The promise is that computational biology can advance scientific research, speed up drug discovery, and improve treatment outcomes. Machines have plenty of benefits over their flesh-and-blood counterparts, researchers and lab assistants. For one thing, they don't must sleep, or take care of colds, hangovers, or difficult relationships.
“I'm very encouraged by the speed at which the sector is advancing,” Christina Curtis, a professor of genetics and biomedical data science at Stanford University School of Medicine, tells me. “It's changing our understanding of disease, how we detect malignancy, and the way we treat and stop it.”

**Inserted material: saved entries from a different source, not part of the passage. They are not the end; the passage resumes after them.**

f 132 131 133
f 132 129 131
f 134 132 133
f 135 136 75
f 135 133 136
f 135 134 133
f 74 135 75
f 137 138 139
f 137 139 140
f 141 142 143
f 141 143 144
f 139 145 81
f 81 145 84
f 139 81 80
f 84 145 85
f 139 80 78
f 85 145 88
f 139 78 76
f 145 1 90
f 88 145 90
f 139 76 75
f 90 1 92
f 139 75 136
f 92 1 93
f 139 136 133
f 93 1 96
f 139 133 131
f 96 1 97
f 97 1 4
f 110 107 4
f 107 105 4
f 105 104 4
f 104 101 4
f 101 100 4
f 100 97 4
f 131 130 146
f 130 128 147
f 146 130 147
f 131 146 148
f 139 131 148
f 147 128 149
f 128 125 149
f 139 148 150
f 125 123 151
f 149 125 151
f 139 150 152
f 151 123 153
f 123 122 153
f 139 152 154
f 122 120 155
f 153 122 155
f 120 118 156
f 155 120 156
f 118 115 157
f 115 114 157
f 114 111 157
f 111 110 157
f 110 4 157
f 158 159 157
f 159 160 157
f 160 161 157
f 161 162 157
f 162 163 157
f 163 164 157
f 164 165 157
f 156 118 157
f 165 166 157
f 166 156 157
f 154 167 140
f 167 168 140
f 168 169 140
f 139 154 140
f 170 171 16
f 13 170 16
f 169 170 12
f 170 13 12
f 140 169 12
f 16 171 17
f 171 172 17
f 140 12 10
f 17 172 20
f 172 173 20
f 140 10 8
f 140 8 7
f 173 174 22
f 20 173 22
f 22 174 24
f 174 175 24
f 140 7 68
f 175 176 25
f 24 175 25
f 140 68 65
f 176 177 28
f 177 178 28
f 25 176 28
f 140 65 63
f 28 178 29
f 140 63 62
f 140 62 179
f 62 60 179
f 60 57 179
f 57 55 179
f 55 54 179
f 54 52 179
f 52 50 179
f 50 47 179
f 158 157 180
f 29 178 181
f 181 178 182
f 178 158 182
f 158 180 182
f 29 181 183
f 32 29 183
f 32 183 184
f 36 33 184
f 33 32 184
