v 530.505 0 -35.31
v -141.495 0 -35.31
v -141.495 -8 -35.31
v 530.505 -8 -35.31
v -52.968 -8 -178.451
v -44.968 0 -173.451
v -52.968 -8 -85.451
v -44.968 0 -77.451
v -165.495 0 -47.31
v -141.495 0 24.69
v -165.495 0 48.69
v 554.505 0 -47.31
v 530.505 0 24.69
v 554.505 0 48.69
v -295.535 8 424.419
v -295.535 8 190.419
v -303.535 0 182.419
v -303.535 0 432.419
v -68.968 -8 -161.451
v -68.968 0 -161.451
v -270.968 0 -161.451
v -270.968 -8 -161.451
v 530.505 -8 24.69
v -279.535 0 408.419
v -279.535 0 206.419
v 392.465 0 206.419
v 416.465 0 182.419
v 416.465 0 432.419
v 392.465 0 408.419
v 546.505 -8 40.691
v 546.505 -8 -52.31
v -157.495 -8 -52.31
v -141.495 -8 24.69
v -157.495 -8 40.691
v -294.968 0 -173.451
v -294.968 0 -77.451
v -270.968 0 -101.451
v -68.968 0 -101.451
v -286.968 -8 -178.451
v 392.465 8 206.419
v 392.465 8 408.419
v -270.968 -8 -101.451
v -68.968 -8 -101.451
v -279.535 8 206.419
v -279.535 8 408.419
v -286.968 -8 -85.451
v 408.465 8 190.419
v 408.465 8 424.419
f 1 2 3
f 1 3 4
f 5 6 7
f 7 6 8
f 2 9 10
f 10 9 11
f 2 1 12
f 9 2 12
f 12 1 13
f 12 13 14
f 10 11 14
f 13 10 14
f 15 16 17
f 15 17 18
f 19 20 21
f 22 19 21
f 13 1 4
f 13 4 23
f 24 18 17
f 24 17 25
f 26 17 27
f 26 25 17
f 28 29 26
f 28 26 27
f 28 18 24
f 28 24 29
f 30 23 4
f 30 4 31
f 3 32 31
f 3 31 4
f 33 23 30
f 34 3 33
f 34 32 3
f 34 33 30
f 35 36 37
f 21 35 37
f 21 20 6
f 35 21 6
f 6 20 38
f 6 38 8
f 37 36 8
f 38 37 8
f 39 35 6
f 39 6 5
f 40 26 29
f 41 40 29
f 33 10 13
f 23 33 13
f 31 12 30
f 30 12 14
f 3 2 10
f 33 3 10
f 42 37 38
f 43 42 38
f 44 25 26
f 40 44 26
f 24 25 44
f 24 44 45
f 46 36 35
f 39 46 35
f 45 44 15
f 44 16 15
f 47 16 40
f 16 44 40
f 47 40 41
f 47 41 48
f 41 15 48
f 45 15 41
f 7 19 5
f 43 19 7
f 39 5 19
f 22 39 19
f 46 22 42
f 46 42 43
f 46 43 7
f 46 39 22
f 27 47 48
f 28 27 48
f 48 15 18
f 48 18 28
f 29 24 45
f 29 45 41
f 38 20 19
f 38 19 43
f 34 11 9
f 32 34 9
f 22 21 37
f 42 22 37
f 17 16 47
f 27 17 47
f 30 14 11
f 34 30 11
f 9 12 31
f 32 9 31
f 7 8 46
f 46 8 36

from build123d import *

# Parameters (mm, degrees)
F0_W      = 672
F0_H      = 24
F0_W_2    = 24
F0_H_2    = 60
F0_H_3    = 12
F1_DEPTH  = 8
F3_DEPTH  = 720
F4_SIZE   = 7.99999
F5_W      = 202
F5_H      = 24
F5_W_2    = 24
F5_H_2    = 60
F5_H_3    = 12
F6_DEPTH  = 8
F8_DEPTH  = 250
F9_SIZE   = 7.99999
F10_W     = 720
F10_H     = 250
F11_DEPTH = 8
F12_SIZE  = 7.99999
F13_W     = 672
F13_H     = 202
F14_DEPTH = 25


# Not quite as in the source:
# - a fillet or chamfer is up to 0.001 mm smaller than in the source, because OpenCascade refuses the exact size


with BuildPart() as f1:
    # F0 (on Front) → F1 (new body)
    with BuildSketch(Plane.XZ):
        with Locations((194.5052774136, 36.6904993206)):
            Rectangle(F0_W, F0_H)
        with Locations((-153.4947225864, 36.6904993206)):
            Rectangle(F0_W_2, F0_H)
        with Locations((-153.4947225864, -5.3095006794)):
            Rectangle(F0_W_2, F0_H_2)
        with Locations((-153.4947225864, -41.3095006794)):
            Rectangle(F0_W_2, F0_H_3)
        with Locations((194.5052774136, -41.3095006794)):
            Rectangle(F0_W, F0_H_3)
        with Locations((542.5052774136, -5.3095006794)):
            Rectangle(F0_W_2, F0_H_2)
        with Locations((542.5052774136, 36.6904993206)):
            Rectangle(F0_W_2, F0_H)
        with Locations((542.5052774136, -41.3095006794)):
            Rectangle(F0_W_2, F0_H_3)
    extrude(amount=F1_DEPTH)

    # F2 (on face) → F3 (join)
    with BuildSketch(Plane(origin=(-165.4947225864, 0, 0), x_dir=(0, -1, 0), z_dir=(-1, 0, 0))):
        Polygon((8, -52.3095006794), (8, -47.3095006794), (0, -47.3095006794), align=None)
    extrude(amount=-F3_DEPTH)

    # F4 (size 8 in the source; OpenCascade refuses exactly that, so slightly less here)
    f4_edges = [f1.edges().sort_by_distance(p)[0] for p in [
        (554.505277, -8, -1.809501),
        (194.505277, -8, 48.690499),
        (-165.494723, -8, -1.809501),
    ]]
    chamfer(f4_edges, length=F4_SIZE)


with BuildPart() as f6:
    # F5 (on Front) → F6 (new body)
    with BuildSketch(Plane.XZ):
        with Locations((-169.9683964583, -89.4514269531)):
            Rectangle(F5_W, F5_H)
        with Locations((-282.9683964583, -89.4514269531)):
            Rectangle(F5_W_2, F5_H)
        with Locations((-282.9683964583, -131.4514269531)):
            Rectangle(F5_W_2, F5_H_2)
        with Locations((-282.9683964583, -167.4514269531)):
            Rectangle(F5_W_2, F5_H_3)
        with Locations((-169.9683964583, -167.4514269531)):
            Rectangle(F5_W, F5_H_3)
        with Locations((-56.9683964583, -167.4514269531)):
            Rectangle(F5_W_2, F5_H_3)
        with Locations((-56.9683964583, -131.4514269531)):
            Rectangle(F5_W_2, F5_H_2)
        with Locations((-56.9683964583, -89.4514269531)):
            Rectangle(F5_W_2, F5_H)
    extrude(amount=F6_DEPTH)

    # F7 (on face) → F8 (join)
    with BuildSketch(Plane(origin=(-294.9683964583, 0, 0), x_dir=(0, -1, 0), z_dir=(-1, 0, 0))):
        Polygon((8, -178.4514269531), (8, -173.4514269531), (0, -173.4514269531), align=None)
    extrude(amount=-F8_DEPTH)

    # F9 (size 8 in the source; OpenCascade refuses exactly that, so slightly less here)
    f9_edges = [f6.edges().sort_by_distance(p)[0] for p in [
        (-169.968396, -8, -77.451427),
        (-294.968396, -8, -127.951427),
        (-44.968396, -8, -127.951427),
    ]]
    chamfer(f9_edges, length=F9_SIZE)


with BuildPart() as f11:
    # F10 (on Front) → F11 (new body)
    with BuildSketch(Plane.XZ):
        with Locations((56.4652234316, 307.4194252866)):
            Rectangle(F10_W, F10_H)
    extrude(amount=-F11_DEPTH)

    # F12 (size 8 in the source; OpenCascade refuses exactly that, so slightly less here)
    f12_edges = [f11.edges().sort_by_distance(p)[0] for p in [
        (56.465223, 8, 182.419425),
        (416.465223, 8, 307.419425),
        (56.465223, 8, 432.419425),
        (-303.534777, 8, 307.419425),
    ]]
    chamfer(f12_edges, length=F12_SIZE)

    # F13 (on face) → F14 (cut)
    with BuildSketch(Plane.XZ):
        with Locations((56.4652234316, 307.4194252866)):
            Rectangle(F13_W, F13_H)
    extrude(amount=-F14_DEPTH, mode=Mode.SUBTRACT)


solid = Compound([f1.part, f6.part, f11.part])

Curtis was the lead writer of an article, published last month in Sciencethat studies the heritability of malignancy in various kinds of cancer. Using machine learning techniques, the researchers analyzed hundreds of genomes from individuals with preinvasive and invasive breast tumors to look at differences of their immunological response to the disease. They found that the way in which tumor cells developed in individuals was “shaped” by the germline genome they inherited at conception.
Such research may lead to earlier diagnosis and more personalized treatment, improving survival rates. “More than 50 percent of cancer diagnoses are stage 4 or higher. We get the knowledge too late to make decisions,” says Curtis. “Ideally, we will do that more preventively.”
There are two major limitations. The first is that “genetics provides clues, but not answers,” said one industry executive. Machines have identified many targets for drug development, but few successful products have been delivered to market. Even when technology results in scientific breakthroughs, it takes a few years for brand new drugs to realize approval.
Thore Graepel, the worldwide head of computer science at Altos Labs, previously helped develop the AlphaGo program at Google DeepMind. AlphaGo's victory over the world's strongest player at the traditional game of Go was seen as a surprising breakthrough in machine intelligence. But Graepel told the RAAIS conference that the biological complexities he now faces in cell rejuvenation are “orders of magnitude” greater. “I've never seen a lot complexity with so little data,” he said.
The second limitation is data scarcity. Curtis argues that patient data is like “liquid gold” for researchers, but we don't yet have the mechanisms to gather it routinely. The most useful thing can be to mix a patient's genetic information with longitudinal health data collected throughout their treatments and life.
Reorienting health systems towards early monitoring and prevention and away from late diagnosis and treatment would require a profound transformation of cumbersome organisations. But Britain's Labour Party, which is predicted to win next week's general election, is pledging to speed up this transformation of the National Health Service. The Labour Party Manifesto guarantees to establish a “Fit for the Future” fund to double the variety of CT and MRI scanners for detecting early-stage cancer.
Voters are rightly skeptical when politicians make big guarantees. But given the strains on public funds in ageing societies, governments may soon haven’t any selection but to go down this path. As the Dutch philosopher Desiderius Erasmus supposedly told us five centuries ago, “an oz of prevention is best than a pound of cure.” In this respect, AI may very well be certainly one of our best assets.